▶ [DIRECTIONS]: Of the lines below, report only those that contain "with".

▶ [Data records]:
[Start of section]

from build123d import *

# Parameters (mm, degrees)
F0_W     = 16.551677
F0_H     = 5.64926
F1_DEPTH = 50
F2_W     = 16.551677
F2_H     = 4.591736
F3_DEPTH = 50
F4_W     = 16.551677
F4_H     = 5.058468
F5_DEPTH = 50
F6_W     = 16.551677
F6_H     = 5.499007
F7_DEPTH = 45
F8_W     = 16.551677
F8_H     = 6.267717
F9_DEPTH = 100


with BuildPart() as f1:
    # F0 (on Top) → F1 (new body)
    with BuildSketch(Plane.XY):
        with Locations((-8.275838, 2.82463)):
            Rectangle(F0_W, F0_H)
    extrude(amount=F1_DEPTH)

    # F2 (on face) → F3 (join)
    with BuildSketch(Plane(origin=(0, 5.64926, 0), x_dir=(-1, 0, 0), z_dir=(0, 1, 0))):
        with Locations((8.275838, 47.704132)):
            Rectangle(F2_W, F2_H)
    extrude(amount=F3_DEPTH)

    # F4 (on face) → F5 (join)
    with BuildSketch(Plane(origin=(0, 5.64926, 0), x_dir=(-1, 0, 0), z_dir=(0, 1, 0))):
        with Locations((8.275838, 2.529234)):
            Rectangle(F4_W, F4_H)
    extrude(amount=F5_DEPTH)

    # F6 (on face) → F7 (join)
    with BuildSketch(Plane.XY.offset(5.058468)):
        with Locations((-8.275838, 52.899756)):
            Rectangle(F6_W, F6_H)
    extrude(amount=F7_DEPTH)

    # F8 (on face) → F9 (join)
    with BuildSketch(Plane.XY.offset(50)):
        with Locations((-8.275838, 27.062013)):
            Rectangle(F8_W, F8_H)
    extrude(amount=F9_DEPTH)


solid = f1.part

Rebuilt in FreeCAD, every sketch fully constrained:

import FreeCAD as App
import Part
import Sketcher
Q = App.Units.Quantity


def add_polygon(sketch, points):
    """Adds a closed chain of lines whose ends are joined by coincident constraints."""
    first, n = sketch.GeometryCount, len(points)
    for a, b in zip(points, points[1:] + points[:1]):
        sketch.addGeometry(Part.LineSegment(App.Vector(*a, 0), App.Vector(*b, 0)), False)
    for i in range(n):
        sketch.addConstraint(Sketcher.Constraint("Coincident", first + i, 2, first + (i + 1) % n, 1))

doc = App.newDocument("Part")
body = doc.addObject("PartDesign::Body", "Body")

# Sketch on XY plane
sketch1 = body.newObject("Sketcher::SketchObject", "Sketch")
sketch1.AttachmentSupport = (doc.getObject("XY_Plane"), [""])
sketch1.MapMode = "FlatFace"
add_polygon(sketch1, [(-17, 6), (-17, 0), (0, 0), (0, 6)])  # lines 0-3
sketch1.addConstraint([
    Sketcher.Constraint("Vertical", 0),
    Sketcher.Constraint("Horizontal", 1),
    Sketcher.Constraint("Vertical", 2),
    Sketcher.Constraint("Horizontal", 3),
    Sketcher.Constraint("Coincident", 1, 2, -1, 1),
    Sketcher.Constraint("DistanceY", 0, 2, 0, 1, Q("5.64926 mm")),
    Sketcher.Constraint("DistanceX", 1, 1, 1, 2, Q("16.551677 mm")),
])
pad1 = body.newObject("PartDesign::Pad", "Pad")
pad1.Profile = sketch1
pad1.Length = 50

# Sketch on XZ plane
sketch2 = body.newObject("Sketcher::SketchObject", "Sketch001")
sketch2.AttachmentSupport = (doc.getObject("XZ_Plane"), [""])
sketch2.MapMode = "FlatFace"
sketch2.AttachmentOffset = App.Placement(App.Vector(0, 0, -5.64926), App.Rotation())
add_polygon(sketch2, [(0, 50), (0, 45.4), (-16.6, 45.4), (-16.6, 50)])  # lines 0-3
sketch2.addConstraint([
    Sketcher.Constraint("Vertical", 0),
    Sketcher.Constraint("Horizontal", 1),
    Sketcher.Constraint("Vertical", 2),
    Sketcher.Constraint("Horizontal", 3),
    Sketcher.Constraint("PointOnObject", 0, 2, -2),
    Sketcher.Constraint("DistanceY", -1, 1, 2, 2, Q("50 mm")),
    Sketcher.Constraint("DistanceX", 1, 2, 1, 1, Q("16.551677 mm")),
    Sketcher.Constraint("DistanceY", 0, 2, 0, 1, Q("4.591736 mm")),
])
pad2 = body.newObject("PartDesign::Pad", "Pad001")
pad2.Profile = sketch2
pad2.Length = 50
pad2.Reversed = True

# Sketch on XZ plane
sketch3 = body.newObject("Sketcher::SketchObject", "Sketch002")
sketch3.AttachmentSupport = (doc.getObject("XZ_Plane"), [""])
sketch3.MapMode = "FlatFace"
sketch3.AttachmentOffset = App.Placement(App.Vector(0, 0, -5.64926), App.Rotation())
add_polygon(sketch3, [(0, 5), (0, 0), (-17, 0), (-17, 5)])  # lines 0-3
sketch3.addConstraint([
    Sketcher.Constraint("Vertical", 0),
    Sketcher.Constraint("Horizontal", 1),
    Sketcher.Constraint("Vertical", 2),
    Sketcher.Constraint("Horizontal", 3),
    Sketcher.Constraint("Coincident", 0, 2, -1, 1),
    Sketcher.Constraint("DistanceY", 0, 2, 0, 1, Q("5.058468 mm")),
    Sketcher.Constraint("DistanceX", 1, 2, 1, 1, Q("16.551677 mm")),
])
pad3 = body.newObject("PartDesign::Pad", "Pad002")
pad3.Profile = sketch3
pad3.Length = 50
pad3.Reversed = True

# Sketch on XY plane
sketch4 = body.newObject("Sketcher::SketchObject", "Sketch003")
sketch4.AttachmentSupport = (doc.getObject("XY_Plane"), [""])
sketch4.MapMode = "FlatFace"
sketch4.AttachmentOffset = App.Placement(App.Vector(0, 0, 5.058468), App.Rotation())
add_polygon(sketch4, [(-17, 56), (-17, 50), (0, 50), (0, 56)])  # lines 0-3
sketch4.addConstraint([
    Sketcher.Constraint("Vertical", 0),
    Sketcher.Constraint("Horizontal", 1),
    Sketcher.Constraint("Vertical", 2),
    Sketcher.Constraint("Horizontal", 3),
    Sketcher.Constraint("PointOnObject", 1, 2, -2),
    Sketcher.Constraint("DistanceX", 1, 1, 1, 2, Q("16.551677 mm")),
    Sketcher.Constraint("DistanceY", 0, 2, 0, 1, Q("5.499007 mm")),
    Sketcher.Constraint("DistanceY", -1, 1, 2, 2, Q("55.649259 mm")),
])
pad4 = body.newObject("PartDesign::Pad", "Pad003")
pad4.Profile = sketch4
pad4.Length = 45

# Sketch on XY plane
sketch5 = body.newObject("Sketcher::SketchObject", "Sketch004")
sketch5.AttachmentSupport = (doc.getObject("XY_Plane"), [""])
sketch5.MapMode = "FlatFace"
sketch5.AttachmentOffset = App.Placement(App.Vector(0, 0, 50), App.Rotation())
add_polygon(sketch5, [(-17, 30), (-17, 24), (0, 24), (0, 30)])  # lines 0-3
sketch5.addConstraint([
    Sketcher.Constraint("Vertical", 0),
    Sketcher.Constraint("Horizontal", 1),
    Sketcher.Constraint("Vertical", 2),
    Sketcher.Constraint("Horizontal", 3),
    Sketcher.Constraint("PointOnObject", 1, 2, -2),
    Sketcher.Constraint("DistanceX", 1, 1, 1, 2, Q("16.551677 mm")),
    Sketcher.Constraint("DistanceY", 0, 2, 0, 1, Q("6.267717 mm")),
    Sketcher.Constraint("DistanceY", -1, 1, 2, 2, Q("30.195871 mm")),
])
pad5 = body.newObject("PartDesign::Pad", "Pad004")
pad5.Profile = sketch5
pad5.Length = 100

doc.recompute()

[End of section]

▶ [SOLVED EXERCISE]:
with BuildPart() as f1:
    with BuildSketch(Plane.XY):
        with Locations((-8.275838, 2.82463)):
    with BuildSketch(Plane(origin=(0, 5.64926, 0), x_dir=(-1, 0, 0), z_dir=(0, 1, 0))):
        with Locations((8.275838, 47.704132)):
    with BuildSketch(Plane(origin=(0, 5.64926, 0), x_dir=(-1, 0, 0), z_dir=(0, 1, 0))):
        with Locations((8.275838, 2.529234)):
    with BuildSketch(Plane.XY.offset(5.058468)):
        with Locations((-8.275838, 52.899756)):
    with BuildSketch(Plane.XY.offset(50)):
        with Locations((-8.275838, 27.062013)):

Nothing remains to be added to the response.